Nie mogłam uwierzyć w jego słowa. Nowy? To fantastycznie. Nareszcie! W przypływie ekscytacji rzuciłam mu się na szyję.
- Dziękuję! Jesteś super alfą, Agrest!
- W służbie ojczyzny - sapnął, próbując uregulować oddech, po moim ataku radości. - Skieruję go do ciebie, najszybciej jak się pojawi.
Wybiegłam z jaskini do lasu. Z właściwą sobie werwą przeskakiwałam konary powalonych drzew. Nowa blokerka. Czekają nas wspólne polowania, treningi, może nawet imprezy z ilością mięsa dla całej wygłodniałej watahy. Przedstawię nową waderę Karze i Talazie. Może dołączy do naszego składu do konkursu Mundusa? Czekają nas wspólne nocki, godziny rozmów, wymieniania plotek. Oczami wyobraźni wykraczałam daleko w przyszłość, aż nagle coś zaczynało mi się nie zgadzać. Co powiedział Agrest?
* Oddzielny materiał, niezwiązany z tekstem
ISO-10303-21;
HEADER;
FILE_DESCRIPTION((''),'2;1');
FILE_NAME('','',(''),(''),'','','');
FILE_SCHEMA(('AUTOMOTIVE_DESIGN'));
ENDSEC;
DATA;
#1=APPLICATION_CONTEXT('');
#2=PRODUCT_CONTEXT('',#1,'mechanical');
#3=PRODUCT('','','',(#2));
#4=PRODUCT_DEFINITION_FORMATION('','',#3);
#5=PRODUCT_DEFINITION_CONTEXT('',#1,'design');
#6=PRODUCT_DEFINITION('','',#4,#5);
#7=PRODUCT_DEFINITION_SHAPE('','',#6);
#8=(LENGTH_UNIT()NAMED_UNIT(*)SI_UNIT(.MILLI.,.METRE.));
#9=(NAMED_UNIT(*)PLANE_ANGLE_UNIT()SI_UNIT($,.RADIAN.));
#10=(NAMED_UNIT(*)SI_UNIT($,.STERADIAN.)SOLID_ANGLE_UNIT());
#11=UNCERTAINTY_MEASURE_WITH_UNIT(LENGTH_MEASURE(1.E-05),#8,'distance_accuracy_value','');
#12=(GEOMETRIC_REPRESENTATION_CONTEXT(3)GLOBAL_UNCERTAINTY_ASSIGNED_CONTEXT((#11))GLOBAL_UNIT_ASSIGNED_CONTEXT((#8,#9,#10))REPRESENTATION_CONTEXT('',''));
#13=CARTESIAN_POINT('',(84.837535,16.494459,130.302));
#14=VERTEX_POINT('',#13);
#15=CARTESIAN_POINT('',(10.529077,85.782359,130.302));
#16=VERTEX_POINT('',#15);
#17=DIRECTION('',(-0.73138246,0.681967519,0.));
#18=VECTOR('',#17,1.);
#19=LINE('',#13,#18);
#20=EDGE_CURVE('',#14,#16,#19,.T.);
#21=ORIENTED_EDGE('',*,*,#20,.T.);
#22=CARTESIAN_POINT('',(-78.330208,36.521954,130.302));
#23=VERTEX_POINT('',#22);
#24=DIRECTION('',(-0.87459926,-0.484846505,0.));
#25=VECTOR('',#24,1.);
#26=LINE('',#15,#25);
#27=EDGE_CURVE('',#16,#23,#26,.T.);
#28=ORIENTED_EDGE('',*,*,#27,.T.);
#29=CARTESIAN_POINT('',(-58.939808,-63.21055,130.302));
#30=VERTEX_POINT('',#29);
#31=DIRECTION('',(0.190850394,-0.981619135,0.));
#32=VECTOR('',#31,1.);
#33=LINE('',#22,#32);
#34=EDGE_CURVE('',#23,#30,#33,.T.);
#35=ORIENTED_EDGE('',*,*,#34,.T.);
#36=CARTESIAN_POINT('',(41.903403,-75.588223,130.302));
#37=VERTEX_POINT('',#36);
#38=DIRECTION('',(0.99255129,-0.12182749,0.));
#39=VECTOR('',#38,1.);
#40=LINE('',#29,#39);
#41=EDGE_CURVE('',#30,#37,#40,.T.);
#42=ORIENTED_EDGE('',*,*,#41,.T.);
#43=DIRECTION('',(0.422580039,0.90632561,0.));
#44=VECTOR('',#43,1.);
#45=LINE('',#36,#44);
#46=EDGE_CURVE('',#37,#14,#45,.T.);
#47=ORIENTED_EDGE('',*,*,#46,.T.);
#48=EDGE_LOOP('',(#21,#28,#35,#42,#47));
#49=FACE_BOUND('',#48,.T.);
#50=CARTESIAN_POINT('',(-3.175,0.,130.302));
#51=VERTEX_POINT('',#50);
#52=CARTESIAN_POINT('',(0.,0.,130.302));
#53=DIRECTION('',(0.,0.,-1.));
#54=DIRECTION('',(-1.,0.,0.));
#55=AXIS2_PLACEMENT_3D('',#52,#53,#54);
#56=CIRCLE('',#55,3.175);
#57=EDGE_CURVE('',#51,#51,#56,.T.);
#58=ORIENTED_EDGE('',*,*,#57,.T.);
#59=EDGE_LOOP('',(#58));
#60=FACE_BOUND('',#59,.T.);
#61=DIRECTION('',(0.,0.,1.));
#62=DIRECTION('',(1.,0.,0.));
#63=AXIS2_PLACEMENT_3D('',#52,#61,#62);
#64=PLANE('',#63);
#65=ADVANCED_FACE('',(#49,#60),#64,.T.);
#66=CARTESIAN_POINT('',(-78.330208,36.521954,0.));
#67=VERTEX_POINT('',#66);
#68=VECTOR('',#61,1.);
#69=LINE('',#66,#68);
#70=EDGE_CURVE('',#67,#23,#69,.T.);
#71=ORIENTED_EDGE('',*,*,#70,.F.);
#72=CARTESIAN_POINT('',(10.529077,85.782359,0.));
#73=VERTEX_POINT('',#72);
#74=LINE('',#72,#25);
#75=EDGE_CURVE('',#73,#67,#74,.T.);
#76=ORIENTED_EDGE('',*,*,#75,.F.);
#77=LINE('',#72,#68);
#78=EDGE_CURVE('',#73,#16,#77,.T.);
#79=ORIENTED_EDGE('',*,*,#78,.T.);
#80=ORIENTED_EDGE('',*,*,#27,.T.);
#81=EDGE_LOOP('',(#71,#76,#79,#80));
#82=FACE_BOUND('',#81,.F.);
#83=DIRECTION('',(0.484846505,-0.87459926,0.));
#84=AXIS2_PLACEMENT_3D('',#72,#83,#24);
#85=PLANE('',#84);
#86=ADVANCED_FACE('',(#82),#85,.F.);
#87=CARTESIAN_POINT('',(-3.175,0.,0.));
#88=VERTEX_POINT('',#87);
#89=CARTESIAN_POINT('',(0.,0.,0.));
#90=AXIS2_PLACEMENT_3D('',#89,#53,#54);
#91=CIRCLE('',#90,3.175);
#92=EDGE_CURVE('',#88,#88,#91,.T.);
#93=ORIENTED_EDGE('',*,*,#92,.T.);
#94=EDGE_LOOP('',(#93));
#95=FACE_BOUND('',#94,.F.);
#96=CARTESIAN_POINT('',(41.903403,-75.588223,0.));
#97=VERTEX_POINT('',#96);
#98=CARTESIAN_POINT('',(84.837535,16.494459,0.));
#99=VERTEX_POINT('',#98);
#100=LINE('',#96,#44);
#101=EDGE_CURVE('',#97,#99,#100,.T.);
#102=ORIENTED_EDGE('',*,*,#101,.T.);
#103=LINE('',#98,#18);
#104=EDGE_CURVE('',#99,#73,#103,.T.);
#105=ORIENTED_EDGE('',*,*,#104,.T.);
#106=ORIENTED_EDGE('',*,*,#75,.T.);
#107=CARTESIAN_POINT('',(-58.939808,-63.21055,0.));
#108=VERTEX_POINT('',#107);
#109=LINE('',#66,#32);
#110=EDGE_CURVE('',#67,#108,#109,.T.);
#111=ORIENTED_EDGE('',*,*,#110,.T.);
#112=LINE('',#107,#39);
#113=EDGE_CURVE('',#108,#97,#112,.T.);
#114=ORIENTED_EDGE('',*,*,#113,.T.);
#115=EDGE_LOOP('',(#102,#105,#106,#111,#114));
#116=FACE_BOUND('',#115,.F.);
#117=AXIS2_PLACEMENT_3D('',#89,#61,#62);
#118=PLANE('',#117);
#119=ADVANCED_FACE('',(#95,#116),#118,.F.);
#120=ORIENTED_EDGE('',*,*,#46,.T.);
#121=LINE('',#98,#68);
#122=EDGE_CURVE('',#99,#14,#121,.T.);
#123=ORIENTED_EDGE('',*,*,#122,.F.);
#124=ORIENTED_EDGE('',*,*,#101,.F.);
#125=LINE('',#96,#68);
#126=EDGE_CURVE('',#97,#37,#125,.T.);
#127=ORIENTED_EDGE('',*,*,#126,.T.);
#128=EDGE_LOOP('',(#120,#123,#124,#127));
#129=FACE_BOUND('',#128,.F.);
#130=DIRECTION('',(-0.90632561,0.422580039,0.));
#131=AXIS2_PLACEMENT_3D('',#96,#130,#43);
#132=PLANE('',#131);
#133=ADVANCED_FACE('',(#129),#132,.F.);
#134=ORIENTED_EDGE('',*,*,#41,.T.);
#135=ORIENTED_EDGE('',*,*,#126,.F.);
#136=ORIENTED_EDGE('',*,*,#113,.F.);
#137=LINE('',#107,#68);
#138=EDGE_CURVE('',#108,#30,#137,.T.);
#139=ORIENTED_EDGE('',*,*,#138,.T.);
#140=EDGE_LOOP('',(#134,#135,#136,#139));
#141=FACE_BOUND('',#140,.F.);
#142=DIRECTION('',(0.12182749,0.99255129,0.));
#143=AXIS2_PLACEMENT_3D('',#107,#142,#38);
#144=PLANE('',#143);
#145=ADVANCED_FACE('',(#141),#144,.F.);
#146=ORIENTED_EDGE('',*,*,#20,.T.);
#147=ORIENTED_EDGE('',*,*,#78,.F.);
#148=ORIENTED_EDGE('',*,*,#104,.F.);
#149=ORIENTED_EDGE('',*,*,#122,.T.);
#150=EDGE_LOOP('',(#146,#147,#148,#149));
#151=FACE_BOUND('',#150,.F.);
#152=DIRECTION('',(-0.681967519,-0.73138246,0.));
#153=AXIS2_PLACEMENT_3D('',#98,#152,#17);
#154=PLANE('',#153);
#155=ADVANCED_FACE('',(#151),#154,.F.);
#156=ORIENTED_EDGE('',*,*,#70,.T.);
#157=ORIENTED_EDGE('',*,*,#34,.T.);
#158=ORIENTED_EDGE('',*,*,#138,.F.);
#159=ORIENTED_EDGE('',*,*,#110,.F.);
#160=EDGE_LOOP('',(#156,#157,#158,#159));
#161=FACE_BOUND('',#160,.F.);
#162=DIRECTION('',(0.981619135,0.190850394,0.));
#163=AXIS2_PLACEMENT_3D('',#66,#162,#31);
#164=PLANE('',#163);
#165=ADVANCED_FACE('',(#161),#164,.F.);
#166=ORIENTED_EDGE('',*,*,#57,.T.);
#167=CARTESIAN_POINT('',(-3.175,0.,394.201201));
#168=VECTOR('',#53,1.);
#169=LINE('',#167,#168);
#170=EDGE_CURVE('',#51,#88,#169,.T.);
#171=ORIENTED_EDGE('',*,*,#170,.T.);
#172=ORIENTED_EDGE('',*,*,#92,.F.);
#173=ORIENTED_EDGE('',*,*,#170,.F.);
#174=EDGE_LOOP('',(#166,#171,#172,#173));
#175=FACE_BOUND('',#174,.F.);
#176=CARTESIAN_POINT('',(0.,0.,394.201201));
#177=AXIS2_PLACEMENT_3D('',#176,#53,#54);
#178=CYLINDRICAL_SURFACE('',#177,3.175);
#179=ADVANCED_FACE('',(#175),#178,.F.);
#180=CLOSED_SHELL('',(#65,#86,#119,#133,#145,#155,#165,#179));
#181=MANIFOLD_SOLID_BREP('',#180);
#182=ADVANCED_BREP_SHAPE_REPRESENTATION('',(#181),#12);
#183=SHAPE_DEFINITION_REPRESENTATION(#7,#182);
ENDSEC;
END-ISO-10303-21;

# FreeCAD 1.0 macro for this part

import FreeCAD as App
import Part
import Sketcher

V = App.Vector
Q = App.Units.Quantity


def add_polygon(sketch, points):
    """Adds a closed chain of lines whose ends are joined by coincident constraints."""
    first, n = sketch.GeometryCount, len(points)
    for a, b in zip(points, points[1:] + points[:1]):
        sketch.addGeometry(Part.LineSegment(App.Vector(*a, 0), App.Vector(*b, 0)), False)
    for i in range(n):
        sketch.addConstraint(Sketcher.Constraint("Coincident", first + i, 2, first + (i + 1) % n, 1))

doc = App.newDocument("Part")
body = doc.addObject("PartDesign::Body", "Body")

# Sketch on XY plane
sketch1 = doc.addObject("Sketcher::SketchObject", "Sketch")
body.addObject(sketch1)
sketch1.AttachmentSupport = (doc.XY_Plane, [""])
sketch1.MapMode = "FlatFace"
add_polygon(sketch1, [(10.529077, 85.782359), (-78.330208, 36.521954), (-58.939808, -63.21055), (41.903403, -75.588223), (84.837535, 16.494459)])  # lines 0-4
sketch1.addConstraint([
    Sketcher.Constraint("Equal", 0, 1),
    Sketcher.Constraint("Equal", 1, 2),
    Sketcher.Constraint("Equal", 2, 3),
    Sketcher.Constraint("Equal", 3, 4),
    Sketcher.Constraint("Distance", 0, Q("4 in")),
    Sketcher.Constraint("DistanceX", 0, 2, 1, 2, 19.3904),
    Sketcher.Constraint("DistanceY", 3, 2, 4, 2, 69.2879),
    Sketcher.Constraint("DistanceX", 0, 2, -1, 1, 78.330208),
    Sketcher.Constraint("DistanceY", 1, 2, -1, 1, 63.21055),
    Sketcher.Constraint("DistanceY", -1, 1, 3, 2, 16.494459),
])
pad1 = doc.addObject("PartDesign::Pad", "Pad")
body.addObject(pad1)
pad1.Profile = sketch1
pad1.Length = Q("5.13 in")

# Sketch on XY plane
sketch2 = doc.addObject("Sketcher::SketchObject", "Sketch001")
body.addObject(sketch2)
sketch2.AttachmentSupport = (doc.XY_Plane, [""])
sketch2.MapMode = "FlatFace"
sketch2.AttachmentOffset = App.Placement(V(0, 0, 5.13 * 25.4), App.Rotation())
sketch2.addGeometry(Part.Circle(V(0, 0, 0), V(0, 0, 1), 3.175), False)
sketch2.addConstraint([
    Sketcher.Constraint("Coincident", 0, 3, -1, 1),
    Sketcher.Constraint("Diameter", 0, Q("0.25 in")),
])
doc.recompute()
hole = doc.addObject("PartDesign::Hole", "Hole")
body.addObject(hole)
hole.Profile = sketch2
hole.ThreadType = "None"
hole.Diameter = Q("0.25 in")
hole.DepthType = "ThroughAll"

doc.recompute()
Zwolniłam swój bieg, by móc się lepiej skupić i odtworzyć naszą rozmowę. Kogo skieruje do mnie? Nie ją, JEGO! Wydałam stłumiony krzyk.
- To nie będzie wadera! - poskarżyłam się ptakom siedzącym w koronach drzew - odleciały na znak braku empatii. Zatrzymałam się na otwartej polance, próbując przetrawić tę myśl. Nie zdarzyło mi się nigdy pracować z basiorem. Jak to będzie? Przez głowę przebiegały mi najróżniejsze scenariusze. Nie mogłam się skupić na żadnym konkretnym. Poczłapałam w las trochę zrezygnowana. Ciepła ziemia przylepiała mi się do łap. Szłam bez określonego celu. Wtedy z pobliskiego drzewa zerwał się ptak, krzycząc przeraźliwie. Mój wzrok powędrował za nim w stronę nieba, gdzie przez korony nieśmiało zaglądały promienie słońca. Uświadomiły mi, jak jest późno, pusty żołądek domagał się uwagi. Rezygnując z zabawy z tropieniem i skradaniem, skierowałam się w najbardziej obfity w zwierzynę obszar watahy - Polanę Życia.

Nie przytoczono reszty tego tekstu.